[Opening Material shown section]

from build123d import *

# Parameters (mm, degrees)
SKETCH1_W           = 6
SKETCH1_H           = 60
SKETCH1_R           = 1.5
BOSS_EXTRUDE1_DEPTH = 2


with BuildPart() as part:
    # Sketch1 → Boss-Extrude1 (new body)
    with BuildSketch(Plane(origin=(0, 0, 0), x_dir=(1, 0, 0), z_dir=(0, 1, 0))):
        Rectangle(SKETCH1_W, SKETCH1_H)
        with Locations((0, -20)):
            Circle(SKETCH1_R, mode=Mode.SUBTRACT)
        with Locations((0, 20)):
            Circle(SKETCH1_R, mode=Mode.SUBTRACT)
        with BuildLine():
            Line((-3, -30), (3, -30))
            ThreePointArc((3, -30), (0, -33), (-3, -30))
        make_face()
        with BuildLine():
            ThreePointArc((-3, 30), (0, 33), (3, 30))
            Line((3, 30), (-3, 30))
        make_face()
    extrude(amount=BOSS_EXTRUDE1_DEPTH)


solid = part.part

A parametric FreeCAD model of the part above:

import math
import FreeCAD as App
import Part
import Sketcher
Q = App.Units.Quantity

doc = App.newDocument("Part")
body = doc.addObject("PartDesign::Body", "Body")

# Sketch on XZ plane
sketch1 = body.newObject("Sketcher::SketchObject", "Sketch")
sketch1.AttachmentSupport = (doc.getObject("XZ_Plane"), [""])
sketch1.MapMode = "FlatFace"
sketch1.addGeometry(Part.LineSegment(App.Vector(-3, -30, 0), App.Vector(-3, 30, 0)), False)
sketch1.addGeometry(Part.ArcOfCircle(Part.Circle(App.Vector(0, 30, 0), App.Vector(0, 0, 1), 3), math.radians(0), math.radians(180)), False)
sketch1.addGeometry(Part.LineSegment(App.Vector(3, 30, 0), App.Vector(3, -30, 0)), False)
sketch1.addGeometry(Part.ArcOfCircle(Part.Circle(App.Vector(0, -30, 0), App.Vector(0, 0, 1), 3), math.radians(180), math.radians(360)), False)
sketch1.addGeometry(Part.Circle(App.Vector(0, 20, 0), App.Vector(0, 0, 1), 1.5), False)
sketch1.addGeometry(Part.Circle(App.Vector(0, -20, 0), App.Vector(0, 0, 1), 1.5), False)
sketch1.addConstraint(Sketcher.Constraint("Tangent", 0, 2, 1, 2))
sketch1.addConstraint(Sketcher.Constraint("Tangent", 1, 1, 2, 1))
sketch1.addConstraint(Sketcher.Constraint("Tangent", 2, 2, 3, 2))
sketch1.addConstraint(Sketcher.Constraint("Tangent", 3, 1, 0, 1))
sketch1.addConstraint(Sketcher.Constraint("Vertical", 0))
sketch1.addConstraint(Sketcher.Constraint("Vertical", 2))
sketch1.addConstraint(Sketcher.Constraint("Equal", 4, 5))
sketch1.addConstraint(Sketcher.Constraint("Symmetric", 1, 3, 3, 3, -1, 1))
sketch1.addConstraint(Sketcher.Constraint("Symmetric", 4, 3, 5, 3, -1, 1))
sketch1.addConstraint(Sketcher.Constraint("PointOnObject", 4, 3, -2))
sketch1.addConstraint(Sketcher.Constraint("Diameter", 4, Q("3 mm")))
sketch1.addConstraint(Sketcher.Constraint("Radius", 1, Q("3 mm")))
sketch1.addConstraint(Sketcher.Constraint("DistanceY", 0, 1, 0, 2, Q("60 mm")))
sketch1.addConstraint(Sketcher.Constraint("DistanceY", -1, 1, 4, 3, Q("20 mm")))
pad1 = body.newObject("PartDesign::Pad", "Pad")
pad1.Profile = sketch1
pad1.Length = 2
pad1.Reversed = True

doc.recompute()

[Closing Material shown section]

> **Problem statement**
In this exercise, you retype all of the data exactly as it appears above.

> **Exercise result**
from build123d import *

# Parameters (mm, degrees)
SKETCH1_W           = 6
SKETCH1_H           = 60
SKETCH1_R           = 1.5
BOSS_EXTRUDE1_DEPTH = 2


with BuildPart() as part:
    # Sketch1 → Boss-Extrude1 (new body)
    with BuildSketch(Plane(origin=(0, 0, 0), x_dir=(1, 0, 0), z_dir=(0, 1, 0))):
        Rectangle(SKETCH1_W, SKETCH1_H)
        with Locations((0, -20)):
            Circle(SKETCH1_R, mode=Mode.SUBTRACT)
        with Locations((0, 20)):
            Circle(SKETCH1_R, mode=Mode.SUBTRACT)
        with BuildLine():
            Line((-3, -30), (3, -30))
            ThreePointArc((3, -30), (0, -33), (-3, -30))
        make_face()
        with BuildLine():
            ThreePointArc((-3, 30), (0, 33), (3, 30))
            Line((3, 30), (-3, 30))
        make_face()
    extrude(amount=BOSS_EXTRUDE1_DEPTH)


solid = part.part

A parametric FreeCAD model of the part above:

import math
import FreeCAD as App
import Part
import Sketcher
Q = App.Units.Quantity

doc = App.newDocument("Part")
body = doc.addObject("PartDesign::Body", "Body")

# Sketch on XZ plane
sketch1 = body.newObject("Sketcher::SketchObject", "Sketch")
sketch1.AttachmentSupport = (doc.getObject("XZ_Plane"), [""])
sketch1.MapMode = "FlatFace"
sketch1.addGeometry(Part.LineSegment(App.Vector(-3, -30, 0), App.Vector(-3, 30, 0)), False)
sketch1.addGeometry(Part.ArcOfCircle(Part.Circle(App.Vector(0, 30, 0), App.Vector(0, 0, 1), 3), math.radians(0), math.radians(180)), False)
sketch1.addGeometry(Part.LineSegment(App.Vector(3, 30, 0), App.Vector(3, -30, 0)), False)
sketch1.addGeometry(Part.ArcOfCircle(Part.Circle(App.Vector(0, -30, 0), App.Vector(0, 0, 1), 3), math.radians(180), math.radians(360)), False)
sketch1.addGeometry(Part.Circle(App.Vector(0, 20, 0), App.Vector(0, 0, 1), 1.5), False)
sketch1.addGeometry(Part.Circle(App.Vector(0, -20, 0), App.Vector(0, 0, 1), 1.5), False)
sketch1.addConstraint(Sketcher.Constraint("Tangent", 0, 2, 1, 2))
sketch1.addConstraint(Sketcher.Constraint("Tangent", 1, 1, 2, 1))
sketch1.addConstraint(Sketcher.Constraint("Tangent", 2, 2, 3, 2))
sketch1.addConstraint(Sketcher.Constraint("Tangent", 3, 1, 0, 1))
sketch1.addConstraint(Sketcher.Constraint("Vertical", 0))
sketch1.addConstraint(Sketcher.Constraint("Vertical", 2))
sketch1.addConstraint(Sketcher.Constraint("Equal", 4, 5))
sketch1.addConstraint(Sketcher.Constraint("Symmetric", 1, 3, 3, 3, -1, 1))
sketch1.addConstraint(Sketcher.Constraint("Symmetric", 4, 3, 5, 3, -1, 1))
sketch1.addConstraint(Sketcher.Constraint("PointOnObject", 4, 3, -2))
sketch1.addConstraint(Sketcher.Constraint("Diameter", 4, Q("3 mm")))
sketch1.addConstraint(Sketcher.Constraint("Radius", 1, Q("3 mm")))
sketch1.addConstraint(Sketcher.Constraint("DistanceY", 0, 1, 0, 2, Q("60 mm")))
sketch1.addConstraint(Sketcher.Constraint("DistanceY", -1, 1, 4, 3, Q("20 mm")))
pad1 = body.newObject("PartDesign::Pad", "Pad")
pad1.Profile = sketch1
pad1.Length = 2
pad1.Reversed = True

doc.recompute()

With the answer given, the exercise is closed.